In the days before the escape, I was the most tired I’d ever been. We were on limited rations now, putting food aside for the escape, enough to keep us going until we reached safety.
I was always hungry and sleep was a longed-for escape. Sleep, and Cora, with her sharply angled eyebrow, the sweet smile, her grey eyes. The rest of her I guessed at.
It was impossible, of course, to think we had a future together but at lights out I lay with my arm across my chest as if it was her arm.
I wondered what lay ahead for me when the war was over.
I just wanted normal things, a job, a wife, children, and they were nice thoughts, happy thoughts.

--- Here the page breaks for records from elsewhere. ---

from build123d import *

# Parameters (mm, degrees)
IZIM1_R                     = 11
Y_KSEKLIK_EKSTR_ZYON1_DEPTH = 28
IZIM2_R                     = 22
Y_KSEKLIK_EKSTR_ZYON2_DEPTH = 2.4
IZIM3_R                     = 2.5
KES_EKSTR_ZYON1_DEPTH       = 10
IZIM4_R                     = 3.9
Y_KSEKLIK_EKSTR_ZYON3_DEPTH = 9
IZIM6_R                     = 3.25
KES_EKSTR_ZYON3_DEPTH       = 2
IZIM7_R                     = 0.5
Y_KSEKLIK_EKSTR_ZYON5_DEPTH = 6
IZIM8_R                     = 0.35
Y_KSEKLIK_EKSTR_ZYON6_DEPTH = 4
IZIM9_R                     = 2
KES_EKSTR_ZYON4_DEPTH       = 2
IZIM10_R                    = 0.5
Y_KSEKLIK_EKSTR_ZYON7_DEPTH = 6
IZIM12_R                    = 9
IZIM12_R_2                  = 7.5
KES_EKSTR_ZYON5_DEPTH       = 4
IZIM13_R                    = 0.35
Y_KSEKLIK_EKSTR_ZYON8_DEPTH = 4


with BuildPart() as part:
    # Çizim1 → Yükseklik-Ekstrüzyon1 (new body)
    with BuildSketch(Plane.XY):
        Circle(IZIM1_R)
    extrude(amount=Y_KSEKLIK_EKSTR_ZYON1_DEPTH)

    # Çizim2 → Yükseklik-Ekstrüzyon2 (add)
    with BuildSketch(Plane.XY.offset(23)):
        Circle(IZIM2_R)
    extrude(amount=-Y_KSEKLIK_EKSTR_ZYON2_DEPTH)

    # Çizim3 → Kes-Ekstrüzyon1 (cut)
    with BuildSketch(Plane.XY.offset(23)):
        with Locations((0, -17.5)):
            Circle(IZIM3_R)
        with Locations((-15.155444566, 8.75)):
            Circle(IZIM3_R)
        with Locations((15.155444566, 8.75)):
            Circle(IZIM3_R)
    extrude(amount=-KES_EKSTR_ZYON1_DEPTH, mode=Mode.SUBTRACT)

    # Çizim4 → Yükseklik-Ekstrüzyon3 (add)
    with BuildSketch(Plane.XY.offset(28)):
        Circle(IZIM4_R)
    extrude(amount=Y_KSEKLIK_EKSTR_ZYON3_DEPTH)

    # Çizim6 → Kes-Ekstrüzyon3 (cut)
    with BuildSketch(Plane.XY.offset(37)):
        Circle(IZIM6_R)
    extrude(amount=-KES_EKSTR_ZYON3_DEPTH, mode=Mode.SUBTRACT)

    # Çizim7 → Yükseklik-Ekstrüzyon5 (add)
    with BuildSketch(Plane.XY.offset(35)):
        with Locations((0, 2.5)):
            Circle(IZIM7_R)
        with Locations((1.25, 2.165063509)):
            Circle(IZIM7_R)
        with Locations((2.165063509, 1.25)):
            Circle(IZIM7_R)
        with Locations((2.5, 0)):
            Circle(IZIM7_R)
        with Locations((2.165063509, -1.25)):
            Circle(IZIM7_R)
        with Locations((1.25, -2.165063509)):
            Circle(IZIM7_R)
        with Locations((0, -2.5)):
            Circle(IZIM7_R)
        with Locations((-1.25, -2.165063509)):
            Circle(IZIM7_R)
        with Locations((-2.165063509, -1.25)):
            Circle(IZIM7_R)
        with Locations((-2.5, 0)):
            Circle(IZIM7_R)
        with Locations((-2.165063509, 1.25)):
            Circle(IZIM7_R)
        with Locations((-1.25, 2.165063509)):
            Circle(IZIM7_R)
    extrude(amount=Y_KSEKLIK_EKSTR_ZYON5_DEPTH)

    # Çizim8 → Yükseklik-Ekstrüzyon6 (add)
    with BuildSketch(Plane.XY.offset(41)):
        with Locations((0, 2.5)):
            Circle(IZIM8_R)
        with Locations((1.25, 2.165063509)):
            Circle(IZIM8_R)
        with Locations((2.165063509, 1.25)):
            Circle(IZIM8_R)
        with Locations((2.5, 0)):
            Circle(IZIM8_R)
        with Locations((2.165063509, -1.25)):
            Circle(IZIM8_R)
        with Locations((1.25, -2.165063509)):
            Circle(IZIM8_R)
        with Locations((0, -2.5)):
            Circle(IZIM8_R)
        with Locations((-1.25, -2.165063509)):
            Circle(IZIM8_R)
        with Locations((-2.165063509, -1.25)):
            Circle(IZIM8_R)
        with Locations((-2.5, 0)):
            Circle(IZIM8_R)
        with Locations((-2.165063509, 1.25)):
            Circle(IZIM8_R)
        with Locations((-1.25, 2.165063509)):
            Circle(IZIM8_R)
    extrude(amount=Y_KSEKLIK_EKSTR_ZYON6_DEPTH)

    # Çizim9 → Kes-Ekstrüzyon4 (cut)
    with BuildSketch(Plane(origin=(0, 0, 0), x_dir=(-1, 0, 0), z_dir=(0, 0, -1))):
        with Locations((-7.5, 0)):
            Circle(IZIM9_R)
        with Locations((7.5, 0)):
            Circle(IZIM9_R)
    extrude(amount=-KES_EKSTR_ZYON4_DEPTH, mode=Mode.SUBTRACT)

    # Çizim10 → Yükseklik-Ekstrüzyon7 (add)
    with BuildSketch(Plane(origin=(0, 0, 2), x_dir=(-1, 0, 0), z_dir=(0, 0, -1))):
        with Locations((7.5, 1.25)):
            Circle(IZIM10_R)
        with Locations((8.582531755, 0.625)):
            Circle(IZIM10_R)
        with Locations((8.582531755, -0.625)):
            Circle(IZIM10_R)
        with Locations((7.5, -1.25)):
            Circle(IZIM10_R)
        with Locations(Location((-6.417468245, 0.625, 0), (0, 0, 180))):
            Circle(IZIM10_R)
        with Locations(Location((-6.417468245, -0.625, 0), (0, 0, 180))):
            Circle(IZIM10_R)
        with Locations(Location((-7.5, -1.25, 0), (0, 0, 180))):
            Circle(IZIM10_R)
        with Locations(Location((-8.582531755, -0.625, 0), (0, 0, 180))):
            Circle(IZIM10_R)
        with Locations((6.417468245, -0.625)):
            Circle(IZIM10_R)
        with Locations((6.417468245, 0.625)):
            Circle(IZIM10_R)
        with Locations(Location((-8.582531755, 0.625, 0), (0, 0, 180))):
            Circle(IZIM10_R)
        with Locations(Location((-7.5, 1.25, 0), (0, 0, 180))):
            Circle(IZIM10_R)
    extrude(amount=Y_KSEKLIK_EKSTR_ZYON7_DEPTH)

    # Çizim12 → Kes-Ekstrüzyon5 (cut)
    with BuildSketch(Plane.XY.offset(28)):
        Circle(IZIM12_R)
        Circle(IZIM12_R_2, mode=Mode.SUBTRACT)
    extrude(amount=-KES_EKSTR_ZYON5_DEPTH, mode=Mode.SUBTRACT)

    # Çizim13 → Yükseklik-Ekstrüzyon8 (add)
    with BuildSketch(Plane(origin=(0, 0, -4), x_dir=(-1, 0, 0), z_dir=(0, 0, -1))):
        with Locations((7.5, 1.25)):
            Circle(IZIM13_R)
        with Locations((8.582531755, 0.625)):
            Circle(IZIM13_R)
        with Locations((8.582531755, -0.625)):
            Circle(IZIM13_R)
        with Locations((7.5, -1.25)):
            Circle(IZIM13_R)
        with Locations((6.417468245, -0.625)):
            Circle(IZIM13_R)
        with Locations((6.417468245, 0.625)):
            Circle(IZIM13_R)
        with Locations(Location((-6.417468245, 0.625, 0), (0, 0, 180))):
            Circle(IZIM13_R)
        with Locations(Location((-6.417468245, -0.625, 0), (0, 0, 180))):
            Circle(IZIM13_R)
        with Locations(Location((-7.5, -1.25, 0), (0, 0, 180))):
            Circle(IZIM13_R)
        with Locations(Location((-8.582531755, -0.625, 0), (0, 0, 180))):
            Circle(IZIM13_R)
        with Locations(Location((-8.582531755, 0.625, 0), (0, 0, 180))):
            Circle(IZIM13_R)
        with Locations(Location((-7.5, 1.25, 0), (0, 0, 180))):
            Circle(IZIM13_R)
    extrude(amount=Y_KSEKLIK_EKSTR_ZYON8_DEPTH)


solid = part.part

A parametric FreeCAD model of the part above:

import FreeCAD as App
import Part
import Sketcher
from FreeCAD import Vector

doc = App.newDocument("Part")
body = doc.addObject("PartDesign::Body", "Body")

# Sketch on XY plane
sketch1 = body.newObject("Sketcher::SketchObject", "Sketch")
sketch1.AttachmentSupport = (doc.getObject("XY_Plane"), [""])
sketch1.MapMode = "FlatFace"
sketch1.addGeometry(Part.Circle(Vector(0, 0, 0), Vector(0, 0, 1), 11), False)
sketch1.addConstraint(Sketcher.Constraint("Coincident", 0, 3, -1, 1))
sketch1.addConstraint(Sketcher.Constraint("Diameter", 0, 22.0))
pad1 = body.newObject("PartDesign::Pad", "Pad")
pad1.Profile = sketch1
pad1.Length = 28

# Sketch on XY plane
sketch2 = body.newObject("Sketcher::SketchObject", "Sketch001")
sketch2.AttachmentSupport = (doc.getObject("XY_Plane"), [""])
sketch2.MapMode = "FlatFace"
sketch2.AttachmentOffset = App.Placement(Vector(0, 0, 23), App.Rotation())
sketch2.addGeometry(Part.Circle(Vector(0, 0, 0), Vector(0, 0, 1), 22), False)
sketch2.addConstraint(Sketcher.Constraint("Coincident", 0, 3, -1, 1))
sketch2.addConstraint(Sketcher.Constraint("Diameter", 0, 44.0))
pad2 = body.newObject("PartDesign::Pad", "Pad001")
pad2.Profile = sketch2
pad2.Length = 2.4
pad2.Reversed = True

# Sketch on XY plane
sketch3 = body.newObject("Sketcher::SketchObject", "Sketch002")
sketch3.AttachmentSupport = (doc.getObject("XY_Plane"), [""])
sketch3.MapMode = "FlatFace"
sketch3.AttachmentOffset = App.Placement(Vector(0, 0, 23), App.Rotation())
sketch3.addGeometry(Part.Circle(Vector(0, -17.5, 0), Vector(0, 0, 1), 2.5), False)
sketch3.addGeometry(Part.Circle(Vector(-15.2, 8.8, 0), Vector(0, 0, 1), 2.5), False)
sketch3.addGeometry(Part.Circle(Vector(15.2, 8.8, 0), Vector(0, 0, 1), 2.5), False)
sketch3.addConstraint(Sketcher.Constraint("Equal", 0, 1))
sketch3.addConstraint(Sketcher.Constraint("Equal", 1, 2))
sketch3.addConstraint(Sketcher.Constraint("Symmetric", 1, 3, 2, 3, -2))
sketch3.addConstraint(Sketcher.Constraint("PointOnObject", 0, 3, -2))
sketch3.addConstraint(Sketcher.Constraint("Diameter", 0, 5.0))
sketch3.addConstraint(Sketcher.Constraint("DistanceY", 0, 3, -1, 1, 17.5))
sketch3.addConstraint(Sketcher.Constraint("DistanceY", -1, 1, 1, 3, 8.75))
sketch3.addConstraint(Sketcher.Constraint("DistanceX", 1, 3, 2, 3, 30.310889))
pocket1 = body.newObject("PartDesign::Pocket", "Pocket")
pocket1.Profile = sketch3
pocket1.Length = 10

I tried to hold onto them but the undercurrent of uneasiness that was preventing me from sleeping also prevented me from being too hopeful.
It was better to expect the worst and have it fulfilled than hope for the best and be disappointed.
The last thing I thought before I fell asleep was that I would like a wife with green hair and a yellow face. It didn’t seem too much to ask.
At six o’clock the following morning I climbed down from my bunk to go to join the queue for the washroom.
Otto was in a deep sleep and hadn’t even stirred.
‘Time to get up, old man,’ I said. I put my hand on his shoulder and gave him a shake.
I felt the unnatural coldness of Otto’s skin through his vest. The colour had gone out of him.
My spirits plunged. I knew what it meant.
For a moment I stood there without moving, feeling the creep of despair and sorrow.
Otto hadn’t been in the best of health. He was a good man, a man of morals and integrity. Without his knowledge and ingenuity, the tunnel would have been a far more uncomfortable and dangerous experience, if it had ever been started at all. Otto had been so close to going home.
His funeral was held a few days later on an overcast day.
Cora fetched her scrapbook to show Elisavet the yellowing newspaper cutting she’d pasted in it. ‘It’s not much of an obituary,’ she said. ‘I remember feeling that at the time.’
Island Farm Camp Death
Mr Ivor Davies reported that the whole camp was allowed to parade in the marketplace for the funeral of Otto Fiegel, an Army construction expert, and that they goose-stepped through the town giving Heil Hitler salutes.
‘Their arrogant behaviour and their contempt of the present guards,’ he said, ‘made us all believe that their treatment was far too lax. But we were told that the reason for the special privileges accorded to them was that they were entitled to special treatment under international convention.’